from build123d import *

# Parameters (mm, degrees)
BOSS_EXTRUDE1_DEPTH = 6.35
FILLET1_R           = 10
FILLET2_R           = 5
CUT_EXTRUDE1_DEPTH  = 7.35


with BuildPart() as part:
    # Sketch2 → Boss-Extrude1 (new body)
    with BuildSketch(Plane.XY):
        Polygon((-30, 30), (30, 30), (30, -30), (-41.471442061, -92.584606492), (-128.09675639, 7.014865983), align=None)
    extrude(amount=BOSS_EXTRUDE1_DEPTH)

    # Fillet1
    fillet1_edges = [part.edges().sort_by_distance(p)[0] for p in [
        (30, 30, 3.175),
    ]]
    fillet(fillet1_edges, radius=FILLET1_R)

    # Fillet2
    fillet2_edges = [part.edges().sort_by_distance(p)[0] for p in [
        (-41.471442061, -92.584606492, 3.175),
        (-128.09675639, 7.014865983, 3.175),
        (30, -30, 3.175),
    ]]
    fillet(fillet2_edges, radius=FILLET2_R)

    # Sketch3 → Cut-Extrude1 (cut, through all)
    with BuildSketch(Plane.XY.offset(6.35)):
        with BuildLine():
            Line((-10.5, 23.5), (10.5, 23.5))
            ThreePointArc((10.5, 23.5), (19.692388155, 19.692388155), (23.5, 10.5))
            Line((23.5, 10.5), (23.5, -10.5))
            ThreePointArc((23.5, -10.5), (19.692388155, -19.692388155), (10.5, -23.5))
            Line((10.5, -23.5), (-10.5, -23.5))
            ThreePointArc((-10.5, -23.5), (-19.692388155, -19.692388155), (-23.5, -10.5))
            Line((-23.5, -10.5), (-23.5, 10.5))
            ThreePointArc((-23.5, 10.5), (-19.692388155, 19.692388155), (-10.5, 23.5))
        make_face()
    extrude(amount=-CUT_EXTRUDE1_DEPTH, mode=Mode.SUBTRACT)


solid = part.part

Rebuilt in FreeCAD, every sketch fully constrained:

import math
import FreeCAD as App
import Part
import Sketcher
Q = App.Units.Quantity


def edges_at(feature, points):
    """Names of the edges that pass closest to the given points."""
    edges = feature.Shape.Edges
    near = lambda p: min(range(len(edges)), key=lambda i: edges[i].distToShape(Part.Vertex(*p))[0])
    return sorted({f"Edge{near(p) + 1}" for p in points})

doc = App.newDocument("Part")
body = doc.addObject("PartDesign::Body", "Body")

sketch1 = body.newObject("Sketcher::SketchObject", "Sketch")
sketch1.AttachmentSupport = (doc.getObject("XY_Plane"), [""])
sketch1.MapMode = "FlatFace"
sketch1.addGeometry([
    Part.LineSegment(App.Vector(30, 30, 0), App.Vector(-30, 30, 0)),
    Part.LineSegment(App.Vector(-30, 30, 0), App.Vector(-128, 7, 0)),
    Part.LineSegment(App.Vector(-128, 7, 0), App.Vector(-41, -93, 0)),
    Part.LineSegment(App.Vector(-41, -93, 0), App.Vector(30, -30, 0)),
    Part.LineSegment(App.Vector(30, -30, 0), App.Vector(30, 30, 0)),
], False)
sketch1.addConstraint([
    Sketcher.Constraint("Coincident", 0, 2, 1, 1),
    Sketcher.Constraint("Coincident", 1, 2, 2, 1),
    Sketcher.Constraint("Coincident", 2, 2, 3, 1),
    Sketcher.Constraint("Coincident", 3, 2, 4, 1),
    Sketcher.Constraint("Coincident", 4, 2, 0, 1),
    Sketcher.Constraint("Horizontal", 0),
    Sketcher.Constraint("Vertical", 4),
    Sketcher.Constraint("Symmetric", 0, 2, 3, 2, -1, 1),
    Sketcher.Constraint("Equal", 0, 4),
    Sketcher.Constraint("DistanceX", 0, 2, 0, 1, Q("60 mm")),
    Sketcher.Constraint("Distance", 2, Q("132 mm")),
    Sketcher.Constraint("Distance", 3, Q("95 mm")),
    Sketcher.Constraint("Distance", 1, Q("100.75361 mm")),
    Sketcher.Constraint("DistanceX", 1, 2, -1, 1, Q("128.096756 mm")),
])
pad1 = body.newObject("PartDesign::Pad", "Pad")
pad1.Profile = sketch1
pad1.Length = 6.35
doc.recompute()

fillet = body.newObject("PartDesign::Fillet", "Fillet")
fillet.Base = (pad1, edges_at(pad1, [(30, 30, 3.175)]))
fillet.Radius = 10
doc.recompute()

fillet2 = body.newObject("PartDesign::Fillet", "Fillet001")
fillet2.Base = (fillet, edges_at(fillet, [(-41.471, -92.585, 3.175), (-128.097, 7.015, 3.175), (30, -30, 3.175)]))
fillet2.Radius = 5

sketch2 = body.newObject("Sketcher::SketchObject", "Sketch001")
sketch2.AttachmentSupport = (doc.getObject("XY_Plane"), [""])
sketch2.MapMode = "FlatFace"
sketch2.AttachmentOffset = App.Placement(App.Vector(0, 0, 6.35), App.Rotation())
sketch2.addGeometry([
    Part.LineSegment(App.Vector(10, 24, 0), App.Vector(-10, 24, 0)),
    Part.ArcOfCircle(Part.Circle(App.Vector(-10, 10, 0), App.Vector(0, 0, 1), 13), math.radians(90), math.radians(180)),
    Part.LineSegment(App.Vector(-24, 10, 0), App.Vector(-24, -10, 0)),
    Part.ArcOfCircle(Part.Circle(App.Vector(-10, -10, 0), App.Vector(0, 0, 1), 13), math.radians(-180), math.radians(-90)),
    Part.LineSegment(App.Vector(-10, -24, 0), App.Vector(10, -24, 0)),
    Part.ArcOfCircle(Part.Circle(App.Vector(10, -10, 0), App.Vector(0, 0, 1), 13), math.radians(-90), math.radians(0)),
    Part.LineSegment(App.Vector(24, -10, 0), App.Vector(24, 10, 0)),
    Part.ArcOfCircle(Part.Circle(App.Vector(10, 10, 0), App.Vector(0, 0, 1), 13), math.radians(0), math.radians(90)),
], False)
sketch2.addConstraint([
    Sketcher.Constraint("Tangent", 0, 2, 1, 1),
    Sketcher.Constraint("Tangent", 1, 2, 2, 1),
    Sketcher.Constraint("Tangent", 2, 2, 3, 1),
    Sketcher.Constraint("Tangent", 3, 2, 4, 1),
    Sketcher.Constraint("Tangent", 4, 2, 5, 1),
    Sketcher.Constraint("Tangent", 5, 2, 6, 1),
    Sketcher.Constraint("Tangent", 6, 2, 7, 1),
    Sketcher.Constraint("Tangent", 7, 2, 0, 1),
    Sketcher.Constraint("Horizontal", 0),
    Sketcher.Constraint("Vertical", 2),
    Sketcher.Constraint("Horizontal", 4),
    Sketcher.Constraint("Vertical", 6),
    Sketcher.Constraint("Equal", 1, 3),
    Sketcher.Constraint("Equal", 3, 5),
    Sketcher.Constraint("Equal", 5, 7),
    Sketcher.Constraint("Symmetric", 1, 3, 5, 3, -1, 1),
    Sketcher.Constraint("Equal", 4, 2),
    Sketcher.Constraint("Radius", 1, Q("13 mm")),
    Sketcher.Constraint("DistanceX", 0, 2, 0, 1, Q("21 mm")),
])
pocket1 = body.newObject("PartDesign::Pocket", "Pocket")
pocket1.Profile = sketch2
pocket1.Type = "ThroughAll"

doc.recompute()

TASK TO COMPLETE
Please make an exact copy of the lines above from the line with "extrude(amount=BOSS_EXTRUDE1_DEPTH)" through the line with "fillet(fillet2_edges, radius=FILLET2_R)", both ends included.

ANSWER SPACE
    extrude(amount=BOSS_EXTRUDE1_DEPTH)

    # Fillet1
    fillet1_edges = [part.edges().sort_by_distance(p)[0] for p in [
        (30, 30, 3.175),
    ]]
    fillet(fillet1_edges, radius=FILLET1_R)

    # Fillet2
    fillet2_edges = [part.edges().sort_by_distance(p)[0] for p in [
        (-41.471442061, -92.584606492, 3.175),
        (-128.09675639, 7.014865983, 3.175),
        (30, -30, 3.175),
    ]]
    fillet(fillet2_edges, radius=FILLET2_R)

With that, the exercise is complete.